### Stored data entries
⁂

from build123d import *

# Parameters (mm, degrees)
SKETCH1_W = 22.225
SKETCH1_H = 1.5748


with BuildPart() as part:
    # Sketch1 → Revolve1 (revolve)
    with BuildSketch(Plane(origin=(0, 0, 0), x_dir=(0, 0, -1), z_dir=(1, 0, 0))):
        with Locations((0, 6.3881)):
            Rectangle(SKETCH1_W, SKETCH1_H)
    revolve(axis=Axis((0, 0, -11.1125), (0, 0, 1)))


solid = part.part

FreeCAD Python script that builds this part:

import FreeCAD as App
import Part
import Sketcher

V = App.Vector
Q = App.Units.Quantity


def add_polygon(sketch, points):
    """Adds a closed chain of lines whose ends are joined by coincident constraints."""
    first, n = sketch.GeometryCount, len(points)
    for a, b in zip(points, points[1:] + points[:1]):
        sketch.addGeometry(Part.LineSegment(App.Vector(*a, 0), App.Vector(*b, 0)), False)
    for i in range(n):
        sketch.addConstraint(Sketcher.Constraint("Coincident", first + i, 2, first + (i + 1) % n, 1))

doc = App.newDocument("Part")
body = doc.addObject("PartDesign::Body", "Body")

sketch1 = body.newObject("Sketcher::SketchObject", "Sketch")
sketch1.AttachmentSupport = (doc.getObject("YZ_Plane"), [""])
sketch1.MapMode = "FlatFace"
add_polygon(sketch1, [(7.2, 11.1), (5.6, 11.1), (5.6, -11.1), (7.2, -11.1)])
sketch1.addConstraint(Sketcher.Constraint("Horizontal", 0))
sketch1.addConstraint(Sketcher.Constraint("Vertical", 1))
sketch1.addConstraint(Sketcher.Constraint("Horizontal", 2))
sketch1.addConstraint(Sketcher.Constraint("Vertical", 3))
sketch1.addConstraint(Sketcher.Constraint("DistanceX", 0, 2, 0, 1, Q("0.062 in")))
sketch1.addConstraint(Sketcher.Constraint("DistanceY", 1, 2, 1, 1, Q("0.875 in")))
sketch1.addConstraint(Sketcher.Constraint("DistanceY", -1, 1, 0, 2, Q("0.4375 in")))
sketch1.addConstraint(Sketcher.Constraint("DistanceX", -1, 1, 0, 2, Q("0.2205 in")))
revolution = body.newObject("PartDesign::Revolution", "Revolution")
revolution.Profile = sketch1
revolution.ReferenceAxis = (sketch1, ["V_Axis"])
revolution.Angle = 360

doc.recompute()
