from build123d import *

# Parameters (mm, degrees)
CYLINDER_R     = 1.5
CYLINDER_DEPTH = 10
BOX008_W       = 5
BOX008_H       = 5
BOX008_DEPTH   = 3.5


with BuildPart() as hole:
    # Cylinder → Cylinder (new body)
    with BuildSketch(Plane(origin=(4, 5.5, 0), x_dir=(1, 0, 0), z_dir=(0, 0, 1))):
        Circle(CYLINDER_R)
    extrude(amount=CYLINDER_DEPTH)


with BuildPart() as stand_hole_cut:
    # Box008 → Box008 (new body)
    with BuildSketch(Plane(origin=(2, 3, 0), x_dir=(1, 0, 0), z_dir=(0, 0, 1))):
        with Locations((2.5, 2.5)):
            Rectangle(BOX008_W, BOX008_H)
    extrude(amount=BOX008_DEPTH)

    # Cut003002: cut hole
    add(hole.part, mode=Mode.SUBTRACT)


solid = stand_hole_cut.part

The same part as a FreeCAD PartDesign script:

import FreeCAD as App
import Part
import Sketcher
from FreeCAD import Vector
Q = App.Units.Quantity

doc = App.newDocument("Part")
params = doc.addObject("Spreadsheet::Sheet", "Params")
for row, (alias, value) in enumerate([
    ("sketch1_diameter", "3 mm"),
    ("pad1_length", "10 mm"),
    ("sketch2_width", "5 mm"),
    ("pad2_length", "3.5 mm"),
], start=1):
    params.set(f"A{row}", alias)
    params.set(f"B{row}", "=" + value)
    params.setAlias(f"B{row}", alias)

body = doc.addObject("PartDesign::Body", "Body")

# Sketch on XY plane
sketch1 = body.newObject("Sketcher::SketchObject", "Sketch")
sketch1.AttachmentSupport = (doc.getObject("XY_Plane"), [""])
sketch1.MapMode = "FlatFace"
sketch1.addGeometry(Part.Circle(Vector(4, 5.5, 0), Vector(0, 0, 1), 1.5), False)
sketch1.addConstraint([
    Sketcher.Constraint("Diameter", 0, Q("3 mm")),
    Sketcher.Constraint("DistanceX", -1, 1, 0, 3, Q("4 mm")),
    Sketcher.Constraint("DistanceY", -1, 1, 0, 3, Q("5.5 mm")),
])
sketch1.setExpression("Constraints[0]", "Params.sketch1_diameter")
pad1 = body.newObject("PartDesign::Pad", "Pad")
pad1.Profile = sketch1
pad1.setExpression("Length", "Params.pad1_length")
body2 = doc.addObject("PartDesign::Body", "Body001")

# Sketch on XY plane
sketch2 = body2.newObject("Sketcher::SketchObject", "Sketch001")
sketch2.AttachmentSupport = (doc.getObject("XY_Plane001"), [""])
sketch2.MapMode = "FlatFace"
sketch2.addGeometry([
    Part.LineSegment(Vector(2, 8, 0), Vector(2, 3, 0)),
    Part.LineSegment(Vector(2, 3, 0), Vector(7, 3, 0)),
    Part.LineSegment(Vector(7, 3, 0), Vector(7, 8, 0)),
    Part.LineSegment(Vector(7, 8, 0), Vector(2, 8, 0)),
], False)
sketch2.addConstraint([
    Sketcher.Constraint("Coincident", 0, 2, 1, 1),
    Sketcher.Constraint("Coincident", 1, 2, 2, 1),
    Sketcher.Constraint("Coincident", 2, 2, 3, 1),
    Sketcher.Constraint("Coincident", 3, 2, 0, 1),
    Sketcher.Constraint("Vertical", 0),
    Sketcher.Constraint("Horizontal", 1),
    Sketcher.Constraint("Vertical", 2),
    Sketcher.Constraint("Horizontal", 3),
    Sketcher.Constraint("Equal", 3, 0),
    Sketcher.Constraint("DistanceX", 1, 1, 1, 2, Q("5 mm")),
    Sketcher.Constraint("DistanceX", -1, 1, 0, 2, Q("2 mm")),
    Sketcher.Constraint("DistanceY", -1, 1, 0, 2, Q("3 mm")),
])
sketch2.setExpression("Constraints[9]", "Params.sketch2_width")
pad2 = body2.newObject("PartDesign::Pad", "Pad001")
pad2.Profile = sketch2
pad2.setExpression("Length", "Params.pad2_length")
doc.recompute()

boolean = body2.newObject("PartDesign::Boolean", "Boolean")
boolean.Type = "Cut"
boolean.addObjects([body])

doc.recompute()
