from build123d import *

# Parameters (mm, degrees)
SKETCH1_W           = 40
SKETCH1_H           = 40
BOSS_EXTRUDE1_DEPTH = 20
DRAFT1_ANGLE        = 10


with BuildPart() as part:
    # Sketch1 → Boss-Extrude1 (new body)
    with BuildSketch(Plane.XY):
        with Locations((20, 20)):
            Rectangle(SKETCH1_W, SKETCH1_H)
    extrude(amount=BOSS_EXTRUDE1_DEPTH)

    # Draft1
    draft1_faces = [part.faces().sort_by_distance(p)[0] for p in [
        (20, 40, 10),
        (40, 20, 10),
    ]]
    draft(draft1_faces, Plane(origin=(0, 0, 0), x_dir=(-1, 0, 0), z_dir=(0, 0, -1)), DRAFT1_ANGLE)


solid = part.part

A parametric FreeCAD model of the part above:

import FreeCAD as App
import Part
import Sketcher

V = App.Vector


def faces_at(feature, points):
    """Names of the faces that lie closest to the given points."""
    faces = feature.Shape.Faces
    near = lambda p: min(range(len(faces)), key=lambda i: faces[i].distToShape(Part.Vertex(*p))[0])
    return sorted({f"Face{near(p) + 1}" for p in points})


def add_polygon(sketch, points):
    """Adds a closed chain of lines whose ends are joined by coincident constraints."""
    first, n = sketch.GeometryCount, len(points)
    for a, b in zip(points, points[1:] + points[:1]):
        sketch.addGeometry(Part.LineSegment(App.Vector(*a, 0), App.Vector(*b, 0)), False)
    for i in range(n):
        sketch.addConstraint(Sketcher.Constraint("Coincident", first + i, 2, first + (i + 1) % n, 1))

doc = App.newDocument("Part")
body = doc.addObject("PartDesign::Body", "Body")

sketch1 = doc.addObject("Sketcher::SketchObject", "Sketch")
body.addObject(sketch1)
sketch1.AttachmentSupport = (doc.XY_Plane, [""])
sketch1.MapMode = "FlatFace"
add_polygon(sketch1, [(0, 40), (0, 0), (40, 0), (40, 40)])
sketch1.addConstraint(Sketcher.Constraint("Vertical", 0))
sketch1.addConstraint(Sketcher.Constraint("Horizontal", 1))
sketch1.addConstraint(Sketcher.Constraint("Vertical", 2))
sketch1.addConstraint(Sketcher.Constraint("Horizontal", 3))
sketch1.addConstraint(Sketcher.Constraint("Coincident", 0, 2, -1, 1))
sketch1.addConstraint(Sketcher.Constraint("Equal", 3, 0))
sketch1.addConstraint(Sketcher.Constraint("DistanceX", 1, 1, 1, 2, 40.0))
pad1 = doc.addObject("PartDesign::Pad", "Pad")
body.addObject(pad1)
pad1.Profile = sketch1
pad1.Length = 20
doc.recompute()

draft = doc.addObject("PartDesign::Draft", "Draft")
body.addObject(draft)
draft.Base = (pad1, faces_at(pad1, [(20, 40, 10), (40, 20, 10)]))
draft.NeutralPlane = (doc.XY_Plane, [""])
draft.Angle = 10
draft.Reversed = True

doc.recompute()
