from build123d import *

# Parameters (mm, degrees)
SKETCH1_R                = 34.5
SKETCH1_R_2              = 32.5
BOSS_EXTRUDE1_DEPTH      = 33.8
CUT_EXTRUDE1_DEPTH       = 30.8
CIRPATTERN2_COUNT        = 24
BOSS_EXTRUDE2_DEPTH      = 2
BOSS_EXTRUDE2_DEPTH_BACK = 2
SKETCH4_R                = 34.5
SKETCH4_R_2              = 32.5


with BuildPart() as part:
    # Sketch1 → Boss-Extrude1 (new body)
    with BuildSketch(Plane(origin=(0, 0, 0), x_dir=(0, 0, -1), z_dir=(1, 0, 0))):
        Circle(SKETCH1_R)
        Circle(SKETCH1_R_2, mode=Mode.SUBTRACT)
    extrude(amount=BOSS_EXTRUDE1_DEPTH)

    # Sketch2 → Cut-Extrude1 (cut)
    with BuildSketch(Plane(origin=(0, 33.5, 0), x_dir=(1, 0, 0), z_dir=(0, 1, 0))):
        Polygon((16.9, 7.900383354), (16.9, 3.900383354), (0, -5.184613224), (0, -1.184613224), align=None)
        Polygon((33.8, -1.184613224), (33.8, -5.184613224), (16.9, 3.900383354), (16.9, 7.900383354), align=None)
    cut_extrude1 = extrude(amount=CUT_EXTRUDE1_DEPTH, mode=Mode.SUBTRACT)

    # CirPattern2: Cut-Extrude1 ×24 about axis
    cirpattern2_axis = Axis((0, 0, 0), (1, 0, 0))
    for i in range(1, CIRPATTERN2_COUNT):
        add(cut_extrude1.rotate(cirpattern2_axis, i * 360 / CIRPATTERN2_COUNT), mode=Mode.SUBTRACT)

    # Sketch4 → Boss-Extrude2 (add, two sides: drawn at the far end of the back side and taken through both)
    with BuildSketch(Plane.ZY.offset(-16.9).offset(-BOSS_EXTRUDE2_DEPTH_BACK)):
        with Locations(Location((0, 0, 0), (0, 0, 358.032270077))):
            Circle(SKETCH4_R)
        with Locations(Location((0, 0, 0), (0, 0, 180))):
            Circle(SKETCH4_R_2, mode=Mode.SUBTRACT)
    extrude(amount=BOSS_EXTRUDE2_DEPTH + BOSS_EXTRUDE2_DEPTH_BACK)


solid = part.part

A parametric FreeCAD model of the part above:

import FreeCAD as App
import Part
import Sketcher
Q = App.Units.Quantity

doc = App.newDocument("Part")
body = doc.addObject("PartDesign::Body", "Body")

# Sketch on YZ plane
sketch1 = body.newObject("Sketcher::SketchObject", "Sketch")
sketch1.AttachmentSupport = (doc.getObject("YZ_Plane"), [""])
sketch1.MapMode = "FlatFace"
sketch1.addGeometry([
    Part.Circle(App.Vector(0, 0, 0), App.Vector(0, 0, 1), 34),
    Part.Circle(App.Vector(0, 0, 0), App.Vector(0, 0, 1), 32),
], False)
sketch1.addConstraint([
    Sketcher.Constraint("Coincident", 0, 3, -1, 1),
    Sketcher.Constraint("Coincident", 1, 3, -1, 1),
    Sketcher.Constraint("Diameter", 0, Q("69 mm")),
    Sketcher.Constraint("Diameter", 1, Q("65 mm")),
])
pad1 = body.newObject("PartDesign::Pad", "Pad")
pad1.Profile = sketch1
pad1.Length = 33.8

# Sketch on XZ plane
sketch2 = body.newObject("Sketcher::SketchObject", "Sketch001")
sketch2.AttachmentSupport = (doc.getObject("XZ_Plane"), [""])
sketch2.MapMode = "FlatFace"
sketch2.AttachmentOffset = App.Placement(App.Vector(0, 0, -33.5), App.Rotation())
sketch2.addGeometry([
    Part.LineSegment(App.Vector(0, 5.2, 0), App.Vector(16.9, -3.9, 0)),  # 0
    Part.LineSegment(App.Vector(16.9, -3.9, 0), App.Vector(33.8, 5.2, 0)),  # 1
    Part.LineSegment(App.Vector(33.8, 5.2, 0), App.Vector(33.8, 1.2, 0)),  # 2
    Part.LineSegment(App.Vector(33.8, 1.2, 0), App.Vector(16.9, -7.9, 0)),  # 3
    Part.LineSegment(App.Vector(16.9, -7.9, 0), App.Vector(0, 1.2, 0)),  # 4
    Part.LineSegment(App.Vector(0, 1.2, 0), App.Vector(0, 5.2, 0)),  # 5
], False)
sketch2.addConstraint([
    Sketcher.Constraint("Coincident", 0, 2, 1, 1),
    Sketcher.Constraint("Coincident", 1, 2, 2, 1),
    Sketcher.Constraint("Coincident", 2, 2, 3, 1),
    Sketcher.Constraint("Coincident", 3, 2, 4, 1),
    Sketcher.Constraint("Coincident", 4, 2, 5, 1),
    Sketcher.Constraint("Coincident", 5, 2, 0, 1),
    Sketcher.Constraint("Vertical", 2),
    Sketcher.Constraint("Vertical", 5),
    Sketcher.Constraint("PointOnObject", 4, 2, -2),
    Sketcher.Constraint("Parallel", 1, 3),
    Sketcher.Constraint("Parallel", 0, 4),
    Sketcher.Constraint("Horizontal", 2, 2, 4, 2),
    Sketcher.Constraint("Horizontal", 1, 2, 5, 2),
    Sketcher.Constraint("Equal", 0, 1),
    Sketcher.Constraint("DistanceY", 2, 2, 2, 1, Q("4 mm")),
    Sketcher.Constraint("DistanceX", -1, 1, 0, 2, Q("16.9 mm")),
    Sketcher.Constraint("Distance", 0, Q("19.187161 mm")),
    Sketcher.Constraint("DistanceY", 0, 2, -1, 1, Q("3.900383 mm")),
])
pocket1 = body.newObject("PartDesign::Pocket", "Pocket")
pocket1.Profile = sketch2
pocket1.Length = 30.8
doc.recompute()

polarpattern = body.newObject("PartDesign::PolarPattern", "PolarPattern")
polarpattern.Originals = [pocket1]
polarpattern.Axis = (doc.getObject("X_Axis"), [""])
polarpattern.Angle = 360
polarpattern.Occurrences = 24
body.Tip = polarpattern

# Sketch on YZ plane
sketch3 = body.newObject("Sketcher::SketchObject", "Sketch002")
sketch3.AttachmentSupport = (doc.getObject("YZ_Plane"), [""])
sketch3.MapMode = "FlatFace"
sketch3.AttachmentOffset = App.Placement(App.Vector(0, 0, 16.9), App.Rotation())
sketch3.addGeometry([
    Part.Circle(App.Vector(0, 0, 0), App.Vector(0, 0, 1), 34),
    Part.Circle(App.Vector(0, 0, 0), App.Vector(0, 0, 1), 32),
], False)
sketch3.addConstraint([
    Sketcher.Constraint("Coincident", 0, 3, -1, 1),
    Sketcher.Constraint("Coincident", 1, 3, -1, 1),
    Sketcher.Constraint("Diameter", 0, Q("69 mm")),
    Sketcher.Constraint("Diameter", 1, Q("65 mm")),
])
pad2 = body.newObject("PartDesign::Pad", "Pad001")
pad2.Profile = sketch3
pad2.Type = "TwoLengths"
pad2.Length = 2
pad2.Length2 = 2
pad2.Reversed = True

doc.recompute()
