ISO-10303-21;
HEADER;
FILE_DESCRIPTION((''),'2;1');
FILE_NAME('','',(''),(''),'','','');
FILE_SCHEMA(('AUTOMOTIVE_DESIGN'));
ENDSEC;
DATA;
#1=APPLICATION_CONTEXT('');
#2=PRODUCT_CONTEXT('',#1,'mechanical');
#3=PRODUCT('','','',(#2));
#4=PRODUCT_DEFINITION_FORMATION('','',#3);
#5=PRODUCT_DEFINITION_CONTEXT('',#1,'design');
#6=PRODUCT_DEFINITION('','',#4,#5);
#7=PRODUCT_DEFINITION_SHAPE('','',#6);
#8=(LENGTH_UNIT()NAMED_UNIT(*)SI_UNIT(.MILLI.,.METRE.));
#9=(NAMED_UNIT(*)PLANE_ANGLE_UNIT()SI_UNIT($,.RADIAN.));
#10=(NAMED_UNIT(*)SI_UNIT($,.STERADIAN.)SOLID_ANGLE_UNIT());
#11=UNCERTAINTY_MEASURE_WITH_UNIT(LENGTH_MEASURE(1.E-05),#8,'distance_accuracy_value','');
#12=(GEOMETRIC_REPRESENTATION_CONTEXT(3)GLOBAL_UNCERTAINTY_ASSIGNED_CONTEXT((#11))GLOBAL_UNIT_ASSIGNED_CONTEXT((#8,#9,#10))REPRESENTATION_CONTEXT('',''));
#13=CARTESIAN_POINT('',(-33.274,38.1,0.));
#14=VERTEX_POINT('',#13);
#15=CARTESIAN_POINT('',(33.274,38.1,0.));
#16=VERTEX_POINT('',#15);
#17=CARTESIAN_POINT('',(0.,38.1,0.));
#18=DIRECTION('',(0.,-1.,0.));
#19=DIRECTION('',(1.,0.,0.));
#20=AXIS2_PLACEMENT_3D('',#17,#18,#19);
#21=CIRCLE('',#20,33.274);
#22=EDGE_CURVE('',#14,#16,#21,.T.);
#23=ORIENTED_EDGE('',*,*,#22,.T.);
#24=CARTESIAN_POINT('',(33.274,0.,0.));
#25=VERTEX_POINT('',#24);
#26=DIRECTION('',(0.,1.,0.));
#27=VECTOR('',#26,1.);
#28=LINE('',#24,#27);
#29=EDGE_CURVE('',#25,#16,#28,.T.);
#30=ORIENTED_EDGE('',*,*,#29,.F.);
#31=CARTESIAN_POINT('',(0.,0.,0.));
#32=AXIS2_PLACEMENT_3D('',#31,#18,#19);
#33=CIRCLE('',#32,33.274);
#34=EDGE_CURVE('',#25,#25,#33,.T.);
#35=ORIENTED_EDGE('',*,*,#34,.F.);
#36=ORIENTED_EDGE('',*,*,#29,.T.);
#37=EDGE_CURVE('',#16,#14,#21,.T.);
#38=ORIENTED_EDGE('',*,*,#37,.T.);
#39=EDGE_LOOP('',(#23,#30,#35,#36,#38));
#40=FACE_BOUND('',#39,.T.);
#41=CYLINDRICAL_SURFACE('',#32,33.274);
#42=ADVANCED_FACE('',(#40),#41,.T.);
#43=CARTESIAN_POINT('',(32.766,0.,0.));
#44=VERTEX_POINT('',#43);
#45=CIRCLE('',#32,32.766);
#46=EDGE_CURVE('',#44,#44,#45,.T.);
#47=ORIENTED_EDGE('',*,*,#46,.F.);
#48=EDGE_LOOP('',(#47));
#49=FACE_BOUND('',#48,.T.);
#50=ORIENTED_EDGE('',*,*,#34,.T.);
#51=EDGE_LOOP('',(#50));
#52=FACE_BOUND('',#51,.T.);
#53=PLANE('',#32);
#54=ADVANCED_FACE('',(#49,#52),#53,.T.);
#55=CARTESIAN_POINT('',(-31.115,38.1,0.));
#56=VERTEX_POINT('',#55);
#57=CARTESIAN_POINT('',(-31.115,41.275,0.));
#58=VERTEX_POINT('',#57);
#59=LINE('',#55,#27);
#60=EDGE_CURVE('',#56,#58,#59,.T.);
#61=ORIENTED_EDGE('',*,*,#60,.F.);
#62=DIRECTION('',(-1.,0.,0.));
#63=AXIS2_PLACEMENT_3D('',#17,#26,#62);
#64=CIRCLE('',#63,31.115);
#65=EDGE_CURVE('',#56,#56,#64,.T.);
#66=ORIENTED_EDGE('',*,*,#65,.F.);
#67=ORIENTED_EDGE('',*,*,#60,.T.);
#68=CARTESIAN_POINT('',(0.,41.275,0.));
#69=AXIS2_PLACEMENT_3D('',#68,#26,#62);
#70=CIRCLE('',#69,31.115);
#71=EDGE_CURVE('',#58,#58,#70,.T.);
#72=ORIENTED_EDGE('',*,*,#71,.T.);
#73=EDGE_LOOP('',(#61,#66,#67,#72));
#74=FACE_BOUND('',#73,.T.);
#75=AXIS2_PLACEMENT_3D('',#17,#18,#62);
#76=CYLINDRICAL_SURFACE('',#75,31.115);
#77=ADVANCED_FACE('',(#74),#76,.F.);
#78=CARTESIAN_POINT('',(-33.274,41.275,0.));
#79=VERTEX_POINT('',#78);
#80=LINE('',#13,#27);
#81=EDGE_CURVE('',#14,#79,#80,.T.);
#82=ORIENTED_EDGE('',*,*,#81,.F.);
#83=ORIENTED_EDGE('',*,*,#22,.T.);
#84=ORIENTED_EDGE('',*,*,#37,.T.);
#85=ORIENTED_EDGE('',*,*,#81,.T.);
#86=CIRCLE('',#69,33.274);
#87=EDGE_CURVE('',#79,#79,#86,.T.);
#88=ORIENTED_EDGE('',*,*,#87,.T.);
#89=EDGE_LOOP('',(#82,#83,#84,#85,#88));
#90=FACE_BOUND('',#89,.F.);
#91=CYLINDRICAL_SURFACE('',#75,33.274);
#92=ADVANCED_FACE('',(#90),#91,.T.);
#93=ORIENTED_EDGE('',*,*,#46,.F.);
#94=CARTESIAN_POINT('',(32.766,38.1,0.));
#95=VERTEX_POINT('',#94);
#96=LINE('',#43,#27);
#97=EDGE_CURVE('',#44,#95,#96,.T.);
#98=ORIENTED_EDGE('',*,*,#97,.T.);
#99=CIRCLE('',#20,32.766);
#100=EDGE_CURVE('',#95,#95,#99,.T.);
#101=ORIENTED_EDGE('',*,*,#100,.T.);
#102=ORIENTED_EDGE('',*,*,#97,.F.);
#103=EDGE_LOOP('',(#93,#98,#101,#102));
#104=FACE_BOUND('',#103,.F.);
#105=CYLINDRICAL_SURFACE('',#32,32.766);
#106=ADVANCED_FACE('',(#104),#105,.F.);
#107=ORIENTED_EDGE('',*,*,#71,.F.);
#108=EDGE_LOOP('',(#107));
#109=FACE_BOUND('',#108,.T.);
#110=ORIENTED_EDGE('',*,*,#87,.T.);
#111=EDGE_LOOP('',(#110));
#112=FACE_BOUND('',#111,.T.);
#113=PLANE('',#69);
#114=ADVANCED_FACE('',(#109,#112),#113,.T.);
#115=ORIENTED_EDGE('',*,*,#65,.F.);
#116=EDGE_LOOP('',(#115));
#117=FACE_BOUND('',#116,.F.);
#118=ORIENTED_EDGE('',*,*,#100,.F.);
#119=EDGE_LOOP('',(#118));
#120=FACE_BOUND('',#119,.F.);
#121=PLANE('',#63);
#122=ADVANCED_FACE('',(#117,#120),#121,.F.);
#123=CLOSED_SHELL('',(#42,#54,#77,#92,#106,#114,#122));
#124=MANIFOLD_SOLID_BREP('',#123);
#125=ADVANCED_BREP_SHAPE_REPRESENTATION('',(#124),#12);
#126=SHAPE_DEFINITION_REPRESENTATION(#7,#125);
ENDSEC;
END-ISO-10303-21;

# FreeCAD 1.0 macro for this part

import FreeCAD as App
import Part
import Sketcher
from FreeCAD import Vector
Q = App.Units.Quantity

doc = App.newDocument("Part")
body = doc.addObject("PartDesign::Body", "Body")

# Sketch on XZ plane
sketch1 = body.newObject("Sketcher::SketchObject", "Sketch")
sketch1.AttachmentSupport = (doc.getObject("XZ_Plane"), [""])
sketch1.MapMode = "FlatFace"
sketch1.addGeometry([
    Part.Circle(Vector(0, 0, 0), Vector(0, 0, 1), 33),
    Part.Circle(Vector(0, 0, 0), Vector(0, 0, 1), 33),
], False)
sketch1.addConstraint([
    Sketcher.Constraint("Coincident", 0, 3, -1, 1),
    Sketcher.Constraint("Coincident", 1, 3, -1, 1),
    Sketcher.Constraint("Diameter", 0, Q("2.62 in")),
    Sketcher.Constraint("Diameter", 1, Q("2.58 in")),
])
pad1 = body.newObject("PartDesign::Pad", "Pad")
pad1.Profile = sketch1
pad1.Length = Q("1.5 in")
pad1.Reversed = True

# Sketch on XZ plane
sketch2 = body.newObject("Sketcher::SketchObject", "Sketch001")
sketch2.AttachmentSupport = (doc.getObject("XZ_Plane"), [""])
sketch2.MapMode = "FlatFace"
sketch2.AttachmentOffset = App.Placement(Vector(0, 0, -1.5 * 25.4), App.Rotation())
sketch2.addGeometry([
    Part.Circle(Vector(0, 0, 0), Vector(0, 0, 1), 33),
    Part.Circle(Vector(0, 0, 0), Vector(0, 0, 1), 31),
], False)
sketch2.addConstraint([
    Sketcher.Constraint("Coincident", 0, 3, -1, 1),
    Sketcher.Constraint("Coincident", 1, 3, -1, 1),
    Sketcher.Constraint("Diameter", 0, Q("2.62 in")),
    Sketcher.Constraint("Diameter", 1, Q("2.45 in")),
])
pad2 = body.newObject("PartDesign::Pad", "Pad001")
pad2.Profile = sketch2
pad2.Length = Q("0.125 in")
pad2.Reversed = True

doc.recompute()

⁂

### WHAT THE TASK REQUIRES
Only one stretch of the entries above is wanted: the lines from the one containing "#17=CARTESIAN_POINT('',(0.,38.1,0.));" through the one containing "#32=AXIS2_PLACEMENT_3D('',#31,#18,#19);". Please reproduce it exactly.

### RESULT OF THE EXERCISE
#17=CARTESIAN_POINT('',(0.,38.1,0.));
#18=DIRECTION('',(0.,-1.,0.));
#19=DIRECTION('',(1.,0.,0.));
#20=AXIS2_PLACEMENT_3D('',#17,#18,#19);
#21=CIRCLE('',#20,33.274);
#22=EDGE_CURVE('',#14,#16,#21,.T.);
#23=ORIENTED_EDGE('',*,*,#22,.T.);
#24=CARTESIAN_POINT('',(33.274,0.,0.));
#25=VERTEX_POINT('',#24);
#26=DIRECTION('',(0.,1.,0.));
#27=VECTOR('',#26,1.);
#28=LINE('',#24,#27);
#29=EDGE_CURVE('',#25,#16,#28,.T.);
#30=ORIENTED_EDGE('',*,*,#29,.F.);
#31=CARTESIAN_POINT('',(0.,0.,0.));
#32=AXIS2_PLACEMENT_3D('',#31,#18,#19);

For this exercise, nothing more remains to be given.